(Saved entries)
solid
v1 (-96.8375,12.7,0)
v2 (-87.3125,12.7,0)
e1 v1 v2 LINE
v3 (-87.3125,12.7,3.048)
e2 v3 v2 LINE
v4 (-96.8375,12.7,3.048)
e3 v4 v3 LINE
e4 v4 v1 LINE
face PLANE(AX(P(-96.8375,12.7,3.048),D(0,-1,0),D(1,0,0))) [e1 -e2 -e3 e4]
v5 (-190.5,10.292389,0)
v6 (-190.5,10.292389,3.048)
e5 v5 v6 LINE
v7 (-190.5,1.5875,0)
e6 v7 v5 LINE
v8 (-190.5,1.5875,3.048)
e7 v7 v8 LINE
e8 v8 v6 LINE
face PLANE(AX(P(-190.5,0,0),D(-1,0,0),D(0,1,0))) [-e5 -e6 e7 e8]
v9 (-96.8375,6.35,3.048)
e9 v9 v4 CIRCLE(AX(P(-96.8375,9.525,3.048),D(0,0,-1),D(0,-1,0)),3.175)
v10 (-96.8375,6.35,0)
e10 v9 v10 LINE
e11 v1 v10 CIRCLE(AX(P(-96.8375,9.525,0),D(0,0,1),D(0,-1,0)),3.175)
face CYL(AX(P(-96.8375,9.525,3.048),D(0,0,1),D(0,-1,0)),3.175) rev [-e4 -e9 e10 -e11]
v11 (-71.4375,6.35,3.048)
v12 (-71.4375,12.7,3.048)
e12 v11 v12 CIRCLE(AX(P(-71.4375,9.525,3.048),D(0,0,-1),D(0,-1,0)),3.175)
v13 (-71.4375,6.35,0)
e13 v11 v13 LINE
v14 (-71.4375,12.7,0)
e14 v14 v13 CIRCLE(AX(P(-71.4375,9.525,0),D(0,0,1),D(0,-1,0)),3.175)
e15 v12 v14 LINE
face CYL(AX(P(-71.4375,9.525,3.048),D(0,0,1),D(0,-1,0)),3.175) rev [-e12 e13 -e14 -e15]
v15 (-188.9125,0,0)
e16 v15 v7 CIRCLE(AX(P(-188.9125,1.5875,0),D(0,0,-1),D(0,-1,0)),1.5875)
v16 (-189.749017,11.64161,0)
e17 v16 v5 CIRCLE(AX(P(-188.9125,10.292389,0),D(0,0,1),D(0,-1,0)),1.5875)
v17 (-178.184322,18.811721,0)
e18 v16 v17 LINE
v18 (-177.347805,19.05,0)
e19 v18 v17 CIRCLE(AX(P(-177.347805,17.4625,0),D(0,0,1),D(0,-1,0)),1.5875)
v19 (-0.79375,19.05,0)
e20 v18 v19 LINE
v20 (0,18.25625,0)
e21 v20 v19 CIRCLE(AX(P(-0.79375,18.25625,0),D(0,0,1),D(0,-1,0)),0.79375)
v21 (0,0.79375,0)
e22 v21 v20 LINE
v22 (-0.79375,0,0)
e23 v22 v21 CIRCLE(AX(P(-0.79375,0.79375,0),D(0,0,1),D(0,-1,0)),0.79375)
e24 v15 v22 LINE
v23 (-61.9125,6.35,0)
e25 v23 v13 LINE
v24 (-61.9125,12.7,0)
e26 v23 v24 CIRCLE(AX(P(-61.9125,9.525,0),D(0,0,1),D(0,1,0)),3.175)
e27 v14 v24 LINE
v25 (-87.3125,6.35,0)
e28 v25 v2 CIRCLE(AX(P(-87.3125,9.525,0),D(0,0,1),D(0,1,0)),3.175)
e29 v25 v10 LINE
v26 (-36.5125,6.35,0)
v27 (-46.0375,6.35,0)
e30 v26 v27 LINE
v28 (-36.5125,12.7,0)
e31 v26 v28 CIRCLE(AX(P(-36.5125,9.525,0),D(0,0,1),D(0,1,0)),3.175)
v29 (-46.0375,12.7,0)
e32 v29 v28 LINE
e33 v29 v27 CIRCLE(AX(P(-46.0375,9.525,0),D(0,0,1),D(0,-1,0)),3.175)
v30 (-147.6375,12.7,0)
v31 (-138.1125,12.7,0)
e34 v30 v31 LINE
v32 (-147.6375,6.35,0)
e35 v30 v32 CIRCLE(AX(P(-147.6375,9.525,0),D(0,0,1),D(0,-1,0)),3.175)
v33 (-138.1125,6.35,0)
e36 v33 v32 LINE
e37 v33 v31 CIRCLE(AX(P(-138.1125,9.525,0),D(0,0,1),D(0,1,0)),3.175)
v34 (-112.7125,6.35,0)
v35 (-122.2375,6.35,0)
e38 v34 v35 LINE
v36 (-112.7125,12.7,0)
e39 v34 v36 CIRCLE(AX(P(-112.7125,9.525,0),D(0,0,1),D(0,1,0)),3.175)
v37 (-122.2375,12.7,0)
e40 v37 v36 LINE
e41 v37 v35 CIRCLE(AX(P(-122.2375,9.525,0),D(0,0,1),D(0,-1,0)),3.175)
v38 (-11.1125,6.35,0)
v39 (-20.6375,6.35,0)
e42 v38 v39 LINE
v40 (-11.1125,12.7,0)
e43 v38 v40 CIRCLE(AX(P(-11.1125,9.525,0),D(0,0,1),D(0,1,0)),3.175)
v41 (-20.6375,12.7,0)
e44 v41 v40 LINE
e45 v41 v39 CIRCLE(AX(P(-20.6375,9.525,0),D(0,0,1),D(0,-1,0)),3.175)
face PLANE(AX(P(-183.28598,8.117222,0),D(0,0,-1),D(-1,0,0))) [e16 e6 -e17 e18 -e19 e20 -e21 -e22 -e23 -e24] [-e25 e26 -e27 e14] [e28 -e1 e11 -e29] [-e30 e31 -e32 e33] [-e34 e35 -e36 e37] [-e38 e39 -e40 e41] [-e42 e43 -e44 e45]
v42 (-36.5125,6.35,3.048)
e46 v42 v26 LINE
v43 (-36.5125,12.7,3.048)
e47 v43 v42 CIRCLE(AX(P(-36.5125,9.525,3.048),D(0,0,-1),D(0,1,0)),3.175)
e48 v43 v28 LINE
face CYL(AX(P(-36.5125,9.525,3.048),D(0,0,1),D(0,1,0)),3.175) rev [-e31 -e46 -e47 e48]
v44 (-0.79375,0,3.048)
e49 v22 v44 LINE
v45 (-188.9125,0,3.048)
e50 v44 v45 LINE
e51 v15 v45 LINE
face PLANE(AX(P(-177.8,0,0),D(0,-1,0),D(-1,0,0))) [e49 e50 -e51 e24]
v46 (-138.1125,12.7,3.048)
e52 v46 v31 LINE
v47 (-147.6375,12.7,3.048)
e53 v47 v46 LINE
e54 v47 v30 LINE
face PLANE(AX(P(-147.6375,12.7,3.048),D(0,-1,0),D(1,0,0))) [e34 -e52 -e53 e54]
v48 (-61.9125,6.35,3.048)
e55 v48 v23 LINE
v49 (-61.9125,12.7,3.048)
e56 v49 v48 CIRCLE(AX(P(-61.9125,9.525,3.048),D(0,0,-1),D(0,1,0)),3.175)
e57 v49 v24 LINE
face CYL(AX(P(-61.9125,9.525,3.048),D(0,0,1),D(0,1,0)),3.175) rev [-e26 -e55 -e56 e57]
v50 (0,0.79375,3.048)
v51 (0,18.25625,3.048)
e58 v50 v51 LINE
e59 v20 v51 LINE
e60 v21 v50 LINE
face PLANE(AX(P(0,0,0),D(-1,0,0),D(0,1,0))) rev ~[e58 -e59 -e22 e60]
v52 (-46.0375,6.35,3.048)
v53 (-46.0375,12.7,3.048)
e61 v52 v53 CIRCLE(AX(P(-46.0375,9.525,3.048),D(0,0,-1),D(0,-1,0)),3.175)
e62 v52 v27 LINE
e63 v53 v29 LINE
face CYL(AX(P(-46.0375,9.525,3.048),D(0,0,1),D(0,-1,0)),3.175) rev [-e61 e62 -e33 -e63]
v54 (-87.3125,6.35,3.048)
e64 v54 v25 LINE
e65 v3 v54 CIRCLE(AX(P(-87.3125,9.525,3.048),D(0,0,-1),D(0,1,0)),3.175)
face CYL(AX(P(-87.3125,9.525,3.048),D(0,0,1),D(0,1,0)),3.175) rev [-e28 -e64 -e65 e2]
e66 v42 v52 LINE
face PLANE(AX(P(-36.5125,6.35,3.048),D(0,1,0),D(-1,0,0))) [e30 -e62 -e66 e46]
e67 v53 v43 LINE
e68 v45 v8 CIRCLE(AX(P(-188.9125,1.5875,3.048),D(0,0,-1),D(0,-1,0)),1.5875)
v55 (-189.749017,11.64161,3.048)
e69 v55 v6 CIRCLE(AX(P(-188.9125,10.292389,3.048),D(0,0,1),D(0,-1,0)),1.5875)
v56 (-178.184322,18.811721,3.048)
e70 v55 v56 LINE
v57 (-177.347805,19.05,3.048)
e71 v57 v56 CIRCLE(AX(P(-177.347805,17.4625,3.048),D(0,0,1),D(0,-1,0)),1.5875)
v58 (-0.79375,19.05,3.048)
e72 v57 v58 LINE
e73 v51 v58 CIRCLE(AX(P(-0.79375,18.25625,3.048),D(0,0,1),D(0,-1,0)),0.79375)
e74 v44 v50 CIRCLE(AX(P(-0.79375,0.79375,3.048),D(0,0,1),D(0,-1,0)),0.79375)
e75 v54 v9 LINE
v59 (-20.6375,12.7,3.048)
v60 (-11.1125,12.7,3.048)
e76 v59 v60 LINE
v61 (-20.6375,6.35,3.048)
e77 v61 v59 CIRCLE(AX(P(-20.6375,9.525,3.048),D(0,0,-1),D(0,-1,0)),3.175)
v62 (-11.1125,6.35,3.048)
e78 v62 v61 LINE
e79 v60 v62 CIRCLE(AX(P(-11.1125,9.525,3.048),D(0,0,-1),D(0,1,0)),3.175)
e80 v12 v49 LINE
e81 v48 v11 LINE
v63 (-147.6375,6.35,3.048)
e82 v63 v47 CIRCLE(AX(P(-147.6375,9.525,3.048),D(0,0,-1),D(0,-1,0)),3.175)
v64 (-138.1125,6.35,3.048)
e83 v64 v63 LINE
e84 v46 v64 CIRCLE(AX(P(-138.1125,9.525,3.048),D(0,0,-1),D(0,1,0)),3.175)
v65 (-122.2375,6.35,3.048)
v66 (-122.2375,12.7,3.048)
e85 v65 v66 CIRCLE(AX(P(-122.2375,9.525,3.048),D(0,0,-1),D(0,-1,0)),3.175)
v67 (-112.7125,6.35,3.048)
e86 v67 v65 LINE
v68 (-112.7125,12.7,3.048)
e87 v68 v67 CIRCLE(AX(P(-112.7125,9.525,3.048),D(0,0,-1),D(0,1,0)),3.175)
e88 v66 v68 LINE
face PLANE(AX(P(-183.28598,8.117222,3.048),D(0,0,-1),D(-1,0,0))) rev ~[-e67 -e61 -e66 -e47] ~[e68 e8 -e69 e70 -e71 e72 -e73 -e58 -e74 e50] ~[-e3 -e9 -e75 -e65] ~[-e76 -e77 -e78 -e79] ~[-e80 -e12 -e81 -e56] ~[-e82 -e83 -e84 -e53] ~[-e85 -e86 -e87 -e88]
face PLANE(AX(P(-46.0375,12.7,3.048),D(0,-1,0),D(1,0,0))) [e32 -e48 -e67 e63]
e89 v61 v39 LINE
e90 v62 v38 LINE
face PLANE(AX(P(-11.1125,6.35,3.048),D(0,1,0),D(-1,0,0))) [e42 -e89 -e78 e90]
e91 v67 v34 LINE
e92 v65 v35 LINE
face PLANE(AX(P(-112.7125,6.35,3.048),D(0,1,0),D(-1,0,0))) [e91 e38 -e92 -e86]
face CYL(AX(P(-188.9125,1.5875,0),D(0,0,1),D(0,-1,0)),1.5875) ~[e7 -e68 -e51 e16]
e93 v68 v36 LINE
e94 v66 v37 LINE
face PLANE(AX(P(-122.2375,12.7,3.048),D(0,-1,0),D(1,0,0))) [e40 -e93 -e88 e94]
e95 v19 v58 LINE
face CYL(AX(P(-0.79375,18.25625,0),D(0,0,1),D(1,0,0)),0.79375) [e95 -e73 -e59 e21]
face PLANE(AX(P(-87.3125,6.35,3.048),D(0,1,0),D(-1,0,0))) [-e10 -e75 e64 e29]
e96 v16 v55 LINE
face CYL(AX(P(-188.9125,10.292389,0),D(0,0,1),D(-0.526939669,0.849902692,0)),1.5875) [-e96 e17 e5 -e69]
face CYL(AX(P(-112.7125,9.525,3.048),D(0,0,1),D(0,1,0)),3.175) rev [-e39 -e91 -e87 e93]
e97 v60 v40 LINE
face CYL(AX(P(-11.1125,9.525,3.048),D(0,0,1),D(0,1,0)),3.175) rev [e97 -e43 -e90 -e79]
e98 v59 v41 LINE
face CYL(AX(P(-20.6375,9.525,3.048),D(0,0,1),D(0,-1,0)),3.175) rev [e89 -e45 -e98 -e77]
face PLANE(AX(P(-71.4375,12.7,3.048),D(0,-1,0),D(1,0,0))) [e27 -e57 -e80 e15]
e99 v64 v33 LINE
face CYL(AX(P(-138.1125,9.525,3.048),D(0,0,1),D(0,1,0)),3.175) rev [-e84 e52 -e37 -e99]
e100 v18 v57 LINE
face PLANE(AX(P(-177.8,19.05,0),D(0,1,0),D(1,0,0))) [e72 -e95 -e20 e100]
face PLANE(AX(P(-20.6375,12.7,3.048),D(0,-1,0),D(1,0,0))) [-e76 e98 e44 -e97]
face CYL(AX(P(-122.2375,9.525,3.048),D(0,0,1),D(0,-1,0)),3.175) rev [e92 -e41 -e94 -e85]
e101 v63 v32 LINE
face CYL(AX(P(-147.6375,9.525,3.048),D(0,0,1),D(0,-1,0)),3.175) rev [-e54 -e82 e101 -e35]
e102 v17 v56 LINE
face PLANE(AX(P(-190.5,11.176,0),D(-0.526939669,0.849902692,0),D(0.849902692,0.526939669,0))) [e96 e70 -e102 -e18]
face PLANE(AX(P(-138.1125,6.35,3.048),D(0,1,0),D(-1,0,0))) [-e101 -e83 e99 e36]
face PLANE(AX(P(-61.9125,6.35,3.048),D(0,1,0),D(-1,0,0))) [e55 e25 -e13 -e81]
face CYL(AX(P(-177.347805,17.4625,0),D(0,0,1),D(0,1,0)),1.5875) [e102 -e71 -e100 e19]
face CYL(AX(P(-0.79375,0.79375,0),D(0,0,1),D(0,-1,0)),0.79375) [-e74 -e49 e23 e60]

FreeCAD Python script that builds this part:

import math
import FreeCAD as App
import Part
import Sketcher
from FreeCAD import Vector
Q = App.Units.Quantity


def edges_at(feature, points):
    """Names of the edges that pass closest to the given points."""
    edges = feature.Shape.Edges
    near = lambda p: min(range(len(edges)), key=lambda i: edges[i].distToShape(Part.Vertex(*p))[0])
    return sorted({f"Edge{near(p) + 1}" for p in points})


def add_polygon(sketch, points):
    """Adds a closed chain of lines whose ends are joined by coincident constraints."""
    first, n = sketch.GeometryCount, len(points)
    for a, b in zip(points, points[1:] + points[:1]):
        sketch.addGeometry(Part.LineSegment(App.Vector(*a, 0), App.Vector(*b, 0)), False)
    for i in range(n):
        sketch.addConstraint(Sketcher.Constraint("Coincident", first + i, 2, first + (i + 1) % n, 1))

doc = App.newDocument("Part")
params = doc.addObject("Spreadsheet::Sheet", "Params")
for row, (alias, value) in enumerate([
    ("sketch1_width", "7 in"),
    ("sketch1_height", "0.75 in"),
    ("pad1_length", "0.12 in"),
    ("sketch2_radius", "0.125 in"),
    ("sketch2_width", "0.375 in"),
    ("sketch3_width", "0.5 in"),
    ("sketch3_height", "0.44 in"),
    ("sketch3_height2", "0.75 in"),
    ("pad2_length", "0.12 in"),
    ("fillet_radius", "0.0625 in"),
    ("fillet2_radius", "0.03125 in"),
], start=1):
    params.set(f"A{row}", alias)
    params.set(f"B{row}", "=" + value)
    params.setAlias(f"B{row}", alias)

body = doc.addObject("PartDesign::Body", "Body")

sketch1 = doc.addObject("Sketcher::SketchObject", "Sketch")
body.addObject(sketch1)
sketch1.AttachmentSupport = (doc.XY_Plane, [""])
sketch1.MapMode = "FlatFace"
add_polygon(sketch1, [(-177.8, 19.05), (-177.8, 0), (0, 0), (0, 19.05)])
sketch1.addConstraint(Sketcher.Constraint("Vertical", 0))
sketch1.addConstraint(Sketcher.Constraint("Horizontal", 1))
sketch1.addConstraint(Sketcher.Constraint("Vertical", 2))
sketch1.addConstraint(Sketcher.Constraint("Horizontal", 3))
sketch1.addConstraint(Sketcher.Constraint("Coincident", 1, 2, -1, 1))
sketch1.addConstraint(Sketcher.Constraint("DistanceX", 1, 1, 1, 2, Q("7 in")))
sketch1.addConstraint(Sketcher.Constraint("DistanceY", 0, 2, 0, 1, Q("0.75 in")))
sketch1.setExpression("Constraints[9]", "Params.sketch1_width")
sketch1.setExpression("Constraints[10]", "Params.sketch1_height")
pad1 = doc.addObject("PartDesign::Pad", "Pad")
body.addObject(pad1)
pad1.Profile = sketch1
pad1.setExpression("Length", "Params.pad1_length")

WHAT IS REQUIRED >>
Starting at the line that has "e33 v29 v27" and ending at the line that has "e44 v41 v40 LINE", please write out the lines above exactly, leaving out all others.

COMPLETED TASK >>
e33 v29 v27 CIRCLE(AX(P(-46.0375,9.525,0),D(0,0,1),D(0,-1,0)),3.175)
v30 (-147.6375,12.7,0)
v31 (-138.1125,12.7,0)
e34 v30 v31 LINE
v32 (-147.6375,6.35,0)
e35 v30 v32 CIRCLE(AX(P(-147.6375,9.525,0),D(0,0,1),D(0,-1,0)),3.175)
v33 (-138.1125,6.35,0)
e36 v33 v32 LINE
e37 v33 v31 CIRCLE(AX(P(-138.1125,9.525,0),D(0,0,1),D(0,1,0)),3.175)
v34 (-112.7125,6.35,0)
v35 (-122.2375,6.35,0)
e38 v34 v35 LINE
v36 (-112.7125,12.7,0)
e39 v34 v36 CIRCLE(AX(P(-112.7125,9.525,0),D(0,0,1),D(0,1,0)),3.175)
v37 (-122.2375,12.7,0)
e40 v37 v36 LINE
e41 v37 v35 CIRCLE(AX(P(-122.2375,9.525,0),D(0,0,1),D(0,-1,0)),3.175)
v38 (-11.1125,6.35,0)
v39 (-20.6375,6.35,0)
e42 v38 v39 LINE
v40 (-11.1125,12.7,0)
e43 v38 v40 CIRCLE(AX(P(-11.1125,9.525,0),D(0,0,1),D(0,1,0)),3.175)
v41 (-20.6375,12.7,0)
e44 v41 v40 LINE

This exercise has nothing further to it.